-- Assignment --
Only the lines below starting at the one that contains "v -3.728 1.549 20.3" and ending at the one that contains "v -9 4.032 17.3" are to be reproduced, exactly and with both ends kept.

-- Records for this exercise --
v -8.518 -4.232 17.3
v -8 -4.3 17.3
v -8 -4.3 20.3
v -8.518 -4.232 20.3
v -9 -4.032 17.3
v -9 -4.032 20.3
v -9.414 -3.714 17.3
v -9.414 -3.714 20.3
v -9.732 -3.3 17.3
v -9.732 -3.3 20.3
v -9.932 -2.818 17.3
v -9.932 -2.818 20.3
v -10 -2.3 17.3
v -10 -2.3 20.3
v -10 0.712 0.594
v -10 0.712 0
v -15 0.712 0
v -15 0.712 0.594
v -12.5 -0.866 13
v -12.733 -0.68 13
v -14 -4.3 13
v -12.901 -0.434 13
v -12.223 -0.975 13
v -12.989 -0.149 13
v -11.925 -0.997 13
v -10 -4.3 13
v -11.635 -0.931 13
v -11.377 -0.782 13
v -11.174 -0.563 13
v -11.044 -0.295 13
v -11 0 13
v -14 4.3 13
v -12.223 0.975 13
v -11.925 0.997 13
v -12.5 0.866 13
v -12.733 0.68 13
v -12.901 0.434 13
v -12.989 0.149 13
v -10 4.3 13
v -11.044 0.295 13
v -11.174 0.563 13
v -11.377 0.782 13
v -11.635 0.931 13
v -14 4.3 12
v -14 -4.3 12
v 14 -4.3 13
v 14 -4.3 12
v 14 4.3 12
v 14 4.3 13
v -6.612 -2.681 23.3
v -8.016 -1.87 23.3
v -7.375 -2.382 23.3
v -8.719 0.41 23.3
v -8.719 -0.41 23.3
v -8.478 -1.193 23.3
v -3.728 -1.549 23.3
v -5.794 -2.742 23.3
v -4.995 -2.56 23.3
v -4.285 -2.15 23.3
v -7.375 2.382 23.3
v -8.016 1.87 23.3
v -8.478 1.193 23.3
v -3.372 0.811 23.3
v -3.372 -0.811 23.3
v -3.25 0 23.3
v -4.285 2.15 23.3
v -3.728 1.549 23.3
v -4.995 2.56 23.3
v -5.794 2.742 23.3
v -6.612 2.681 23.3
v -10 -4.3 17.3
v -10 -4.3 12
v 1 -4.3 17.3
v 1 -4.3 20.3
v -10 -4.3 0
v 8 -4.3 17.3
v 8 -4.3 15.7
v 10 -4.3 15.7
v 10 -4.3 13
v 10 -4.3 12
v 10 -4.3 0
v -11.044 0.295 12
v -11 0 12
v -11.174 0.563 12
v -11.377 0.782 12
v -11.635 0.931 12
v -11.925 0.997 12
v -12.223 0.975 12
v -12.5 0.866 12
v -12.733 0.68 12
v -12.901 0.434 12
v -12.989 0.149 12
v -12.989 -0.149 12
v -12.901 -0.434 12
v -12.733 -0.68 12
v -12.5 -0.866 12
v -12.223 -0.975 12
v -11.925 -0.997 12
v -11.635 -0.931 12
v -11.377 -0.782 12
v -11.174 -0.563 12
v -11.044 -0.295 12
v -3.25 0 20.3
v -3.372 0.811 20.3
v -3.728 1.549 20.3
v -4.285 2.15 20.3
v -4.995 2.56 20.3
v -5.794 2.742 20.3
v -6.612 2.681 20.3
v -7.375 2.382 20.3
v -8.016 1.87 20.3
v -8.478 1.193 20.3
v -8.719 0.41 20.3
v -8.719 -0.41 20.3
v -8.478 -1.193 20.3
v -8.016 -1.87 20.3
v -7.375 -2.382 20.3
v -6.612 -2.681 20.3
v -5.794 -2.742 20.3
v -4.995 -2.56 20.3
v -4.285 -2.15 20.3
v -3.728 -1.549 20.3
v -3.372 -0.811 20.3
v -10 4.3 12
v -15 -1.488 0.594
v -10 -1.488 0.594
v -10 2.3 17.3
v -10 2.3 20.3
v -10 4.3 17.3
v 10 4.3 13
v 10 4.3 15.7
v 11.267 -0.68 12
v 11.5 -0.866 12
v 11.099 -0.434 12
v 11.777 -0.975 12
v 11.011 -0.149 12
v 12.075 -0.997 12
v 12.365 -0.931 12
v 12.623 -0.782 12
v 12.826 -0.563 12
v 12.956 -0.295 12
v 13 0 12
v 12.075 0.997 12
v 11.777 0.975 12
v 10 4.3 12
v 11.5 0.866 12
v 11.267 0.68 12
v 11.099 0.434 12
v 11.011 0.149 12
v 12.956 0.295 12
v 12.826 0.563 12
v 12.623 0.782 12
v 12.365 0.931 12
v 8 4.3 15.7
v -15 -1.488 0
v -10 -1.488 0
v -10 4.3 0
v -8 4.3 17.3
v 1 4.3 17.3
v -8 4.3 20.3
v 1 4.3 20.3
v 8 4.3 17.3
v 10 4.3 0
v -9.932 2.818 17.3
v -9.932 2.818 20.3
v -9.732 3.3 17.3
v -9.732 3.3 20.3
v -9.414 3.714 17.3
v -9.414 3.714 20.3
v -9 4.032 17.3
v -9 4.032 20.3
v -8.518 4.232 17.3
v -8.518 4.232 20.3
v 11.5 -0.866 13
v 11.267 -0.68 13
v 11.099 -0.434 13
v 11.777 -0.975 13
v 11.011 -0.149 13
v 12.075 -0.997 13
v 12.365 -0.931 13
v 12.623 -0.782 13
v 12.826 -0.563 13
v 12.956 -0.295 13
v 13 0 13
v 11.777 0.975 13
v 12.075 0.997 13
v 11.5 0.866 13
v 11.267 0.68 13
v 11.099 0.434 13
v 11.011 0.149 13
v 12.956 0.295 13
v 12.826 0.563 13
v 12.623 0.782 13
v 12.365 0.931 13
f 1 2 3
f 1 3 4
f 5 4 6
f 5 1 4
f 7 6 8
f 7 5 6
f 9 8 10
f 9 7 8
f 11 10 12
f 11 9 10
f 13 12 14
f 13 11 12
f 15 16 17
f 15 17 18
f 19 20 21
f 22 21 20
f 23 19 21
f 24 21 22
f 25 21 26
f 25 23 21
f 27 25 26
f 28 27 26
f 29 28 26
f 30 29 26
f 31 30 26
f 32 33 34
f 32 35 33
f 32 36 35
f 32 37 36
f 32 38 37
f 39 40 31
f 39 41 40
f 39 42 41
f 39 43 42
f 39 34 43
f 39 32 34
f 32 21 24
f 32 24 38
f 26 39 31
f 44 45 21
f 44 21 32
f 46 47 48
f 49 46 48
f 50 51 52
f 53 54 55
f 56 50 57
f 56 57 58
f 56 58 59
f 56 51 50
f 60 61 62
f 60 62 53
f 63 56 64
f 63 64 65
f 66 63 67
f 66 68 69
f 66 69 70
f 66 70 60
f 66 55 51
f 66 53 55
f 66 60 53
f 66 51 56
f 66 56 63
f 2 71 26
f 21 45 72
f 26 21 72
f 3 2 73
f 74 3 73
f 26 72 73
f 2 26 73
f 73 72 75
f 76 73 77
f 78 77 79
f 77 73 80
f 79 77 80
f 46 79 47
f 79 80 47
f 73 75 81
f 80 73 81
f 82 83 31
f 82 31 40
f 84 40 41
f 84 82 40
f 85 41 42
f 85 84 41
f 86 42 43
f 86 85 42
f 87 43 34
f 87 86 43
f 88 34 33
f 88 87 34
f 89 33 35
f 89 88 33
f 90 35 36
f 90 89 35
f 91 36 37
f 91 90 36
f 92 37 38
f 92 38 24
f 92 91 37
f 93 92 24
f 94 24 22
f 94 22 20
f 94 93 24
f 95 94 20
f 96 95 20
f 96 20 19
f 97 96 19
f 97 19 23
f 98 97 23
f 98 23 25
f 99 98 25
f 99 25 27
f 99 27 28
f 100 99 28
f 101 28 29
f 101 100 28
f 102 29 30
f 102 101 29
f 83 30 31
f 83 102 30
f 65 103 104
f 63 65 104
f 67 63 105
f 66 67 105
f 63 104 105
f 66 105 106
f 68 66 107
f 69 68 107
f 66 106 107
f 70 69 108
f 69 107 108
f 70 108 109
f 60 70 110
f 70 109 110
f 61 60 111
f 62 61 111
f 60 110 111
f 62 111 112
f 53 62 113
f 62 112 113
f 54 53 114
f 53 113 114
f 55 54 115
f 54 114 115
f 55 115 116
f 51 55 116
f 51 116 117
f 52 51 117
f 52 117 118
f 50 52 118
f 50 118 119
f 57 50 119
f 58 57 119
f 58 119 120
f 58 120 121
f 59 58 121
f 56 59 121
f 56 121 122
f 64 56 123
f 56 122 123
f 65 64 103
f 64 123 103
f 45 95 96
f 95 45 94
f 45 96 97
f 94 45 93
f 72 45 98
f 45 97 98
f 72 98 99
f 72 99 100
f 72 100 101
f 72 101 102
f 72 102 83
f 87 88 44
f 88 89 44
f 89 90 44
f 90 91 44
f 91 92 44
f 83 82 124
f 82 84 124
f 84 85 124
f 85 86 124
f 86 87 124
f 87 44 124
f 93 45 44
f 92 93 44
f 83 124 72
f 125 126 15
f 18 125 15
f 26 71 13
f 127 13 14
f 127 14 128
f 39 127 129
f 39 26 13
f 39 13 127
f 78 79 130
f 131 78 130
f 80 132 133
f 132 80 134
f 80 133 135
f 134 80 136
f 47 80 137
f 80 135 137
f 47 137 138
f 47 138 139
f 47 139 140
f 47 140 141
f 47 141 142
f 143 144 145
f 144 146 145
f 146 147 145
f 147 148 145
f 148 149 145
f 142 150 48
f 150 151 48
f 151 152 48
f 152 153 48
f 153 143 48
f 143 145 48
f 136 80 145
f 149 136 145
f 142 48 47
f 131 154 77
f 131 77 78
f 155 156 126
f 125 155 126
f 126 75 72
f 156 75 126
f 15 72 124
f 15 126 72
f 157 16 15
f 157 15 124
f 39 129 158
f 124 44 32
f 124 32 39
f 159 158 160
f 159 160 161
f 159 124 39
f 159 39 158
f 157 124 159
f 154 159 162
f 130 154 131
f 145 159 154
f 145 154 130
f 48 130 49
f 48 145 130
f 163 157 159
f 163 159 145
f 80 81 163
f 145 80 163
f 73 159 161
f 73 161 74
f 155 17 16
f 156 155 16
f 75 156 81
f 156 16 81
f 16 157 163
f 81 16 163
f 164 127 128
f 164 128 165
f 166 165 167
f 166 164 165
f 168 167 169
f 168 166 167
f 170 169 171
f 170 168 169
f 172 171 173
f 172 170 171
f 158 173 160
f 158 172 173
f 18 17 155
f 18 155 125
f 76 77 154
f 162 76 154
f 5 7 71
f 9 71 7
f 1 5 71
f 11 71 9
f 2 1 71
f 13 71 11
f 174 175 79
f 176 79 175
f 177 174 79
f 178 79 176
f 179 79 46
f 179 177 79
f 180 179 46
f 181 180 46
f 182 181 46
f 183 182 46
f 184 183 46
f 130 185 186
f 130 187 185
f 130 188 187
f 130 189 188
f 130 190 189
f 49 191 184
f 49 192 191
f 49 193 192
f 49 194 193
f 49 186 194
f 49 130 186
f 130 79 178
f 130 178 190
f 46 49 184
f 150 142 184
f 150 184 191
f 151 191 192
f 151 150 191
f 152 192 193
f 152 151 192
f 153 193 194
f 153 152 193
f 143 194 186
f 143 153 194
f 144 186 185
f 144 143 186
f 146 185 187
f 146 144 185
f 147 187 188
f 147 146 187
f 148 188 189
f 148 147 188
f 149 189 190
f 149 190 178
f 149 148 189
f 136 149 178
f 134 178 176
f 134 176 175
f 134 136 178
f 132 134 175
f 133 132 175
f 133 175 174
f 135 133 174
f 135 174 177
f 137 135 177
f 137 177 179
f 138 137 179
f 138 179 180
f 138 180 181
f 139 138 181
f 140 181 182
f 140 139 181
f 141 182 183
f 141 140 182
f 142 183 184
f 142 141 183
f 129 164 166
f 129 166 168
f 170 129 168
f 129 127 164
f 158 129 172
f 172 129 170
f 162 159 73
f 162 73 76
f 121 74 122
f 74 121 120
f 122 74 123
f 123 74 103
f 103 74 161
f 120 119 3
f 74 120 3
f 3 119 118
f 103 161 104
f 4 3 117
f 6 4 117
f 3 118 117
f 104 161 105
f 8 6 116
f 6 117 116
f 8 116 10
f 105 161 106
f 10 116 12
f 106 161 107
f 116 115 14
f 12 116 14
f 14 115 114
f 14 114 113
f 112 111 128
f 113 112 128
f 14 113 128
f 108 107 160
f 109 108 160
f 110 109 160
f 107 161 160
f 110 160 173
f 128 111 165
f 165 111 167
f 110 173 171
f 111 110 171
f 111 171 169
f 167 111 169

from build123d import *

# Parameters (mm, degrees)
SKETCH2_W           = 20
SKETCH2_H           = 8.6
BOSS_EXTRUDE1_DEPTH = 12
SKETCH3_W           = 28
SKETCH3_H           = 8.6
SKETCH3_R           = 1
BOSS_EXTRUDE2_DEPTH = 1
SKETCH4_W           = 20
SKETCH4_H           = 8.6
BOSS_EXTRUDE3_DEPTH = 2.7
SKETCH5_W           = 18
SKETCH5_H           = 8.6
BOSS_EXTRUDE4_DEPTH = 1.6
BOSS_EXTRUDE5_DEPTH = 3
SKETCH7_R           = 2.75
BOSS_EXTRUDE6_DEPTH = 3
SKETCH8_W           = 0.593912785
SKETCH8_H           = 2.2
BOSS_EXTRUDE7_DEPTH = 5


with BuildPart() as part:
    # Sketch2 → Boss-Extrude1 (new body)
    with BuildSketch(Plane.XY):
        Rectangle(SKETCH2_W, SKETCH2_H)
    extrude(amount=BOSS_EXTRUDE1_DEPTH)

    # Sketch3 → Boss-Extrude2 (add)
    with BuildSketch(Plane.XY.offset(12)):
        Rectangle(SKETCH3_W, SKETCH3_H)
        with Locations((12, 0)):
            Circle(SKETCH3_R, mode=Mode.SUBTRACT)
        with Locations((-12, 0)):
            Circle(SKETCH3_R, mode=Mode.SUBTRACT)
    extrude(amount=BOSS_EXTRUDE2_DEPTH)

    # Sketch4 → Boss-Extrude3 (add)
    with BuildSketch(Plane.XY.offset(13)):
        Rectangle(SKETCH4_W, SKETCH4_H)
    extrude(amount=BOSS_EXTRUDE3_DEPTH)

    # Sketch5 → Boss-Extrude4 (add)
    with BuildSketch(Plane.XY.offset(15.7)):
        with Locations((-1, 0)):
            Rectangle(SKETCH5_W, SKETCH5_H)
    extrude(amount=BOSS_EXTRUDE4_DEPTH)

    # Sketch6 → Boss-Extrude5 (add)
    with BuildSketch(Plane.XY.offset(17.3)):
        with BuildLine():
            Line((-8, 4.3), (1, 4.3))
            Line((1, 4.3), (1, -4.3))
            Line((1, -4.3), (-8, -4.3))
            ThreePointArc((-8, -4.3), (-9.414213562, -3.714213562), (-10, -2.3))
            Line((-10, -2.3), (-10, 2.3))
            ThreePointArc((-10, 2.3), (-9.414213562, 3.714213562), (-8, 4.3))
        make_face()
    extrude(amount=BOSS_EXTRUDE5_DEPTH)

    # Sketch7 → Boss-Extrude6 (add)
    with BuildSketch(Plane.XY.offset(20.3)):
        with Locations((-6, 0)):
            Circle(SKETCH7_R)
    extrude(amount=BOSS_EXTRUDE6_DEPTH)

    # Sketch8 → Boss-Extrude7 (add)
    with BuildSketch(Plane.ZY.offset(10)):
        with Locations((0.296956392, -0.387828177)):
            Rectangle(SKETCH8_W, SKETCH8_H)
    extrude(amount=BOSS_EXTRUDE7_DEPTH)


solid = part.part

-- Worked solution --
v -3.728 1.549 20.3
v -4.285 2.15 20.3
v -4.995 2.56 20.3
v -5.794 2.742 20.3
v -6.612 2.681 20.3
v -7.375 2.382 20.3
v -8.016 1.87 20.3
v -8.478 1.193 20.3
v -8.719 0.41 20.3
v -8.719 -0.41 20.3
v -8.478 -1.193 20.3
v -8.016 -1.87 20.3
v -7.375 -2.382 20.3
v -6.612 -2.681 20.3
v -5.794 -2.742 20.3
v -4.995 -2.56 20.3
v -4.285 -2.15 20.3
v -3.728 -1.549 20.3
v -3.372 -0.811 20.3
v -10 4.3 12
v -15 -1.488 0.594
v -10 -1.488 0.594
v -10 2.3 17.3
v -10 2.3 20.3
v -10 4.3 17.3
v 10 4.3 13
v 10 4.3 15.7
v 11.267 -0.68 12
v 11.5 -0.866 12
v 11.099 -0.434 12
v 11.777 -0.975 12
v 11.011 -0.149 12
v 12.075 -0.997 12
v 12.365 -0.931 12
v 12.623 -0.782 12
v 12.826 -0.563 12
v 12.956 -0.295 12
v 13 0 12
v 12.075 0.997 12
v 11.777 0.975 12
v 10 4.3 12
v 11.5 0.866 12
v 11.267 0.68 12
v 11.099 0.434 12
v 11.011 0.149 12
v 12.956 0.295 12
v 12.826 0.563 12
v 12.623 0.782 12
v 12.365 0.931 12
v 8 4.3 15.7
v -15 -1.488 0
v -10 -1.488 0
v -10 4.3 0
v -8 4.3 17.3
v 1 4.3 17.3
v -8 4.3 20.3
v 1 4.3 20.3
v 8 4.3 17.3
v 10 4.3 0
v -9.932 2.818 17.3
v -9.932 2.818 20.3
v -9.732 3.3 17.3
v -9.732 3.3 20.3
v -9.414 3.714 17.3
v -9.414 3.714 20.3
v -9 4.032 17.3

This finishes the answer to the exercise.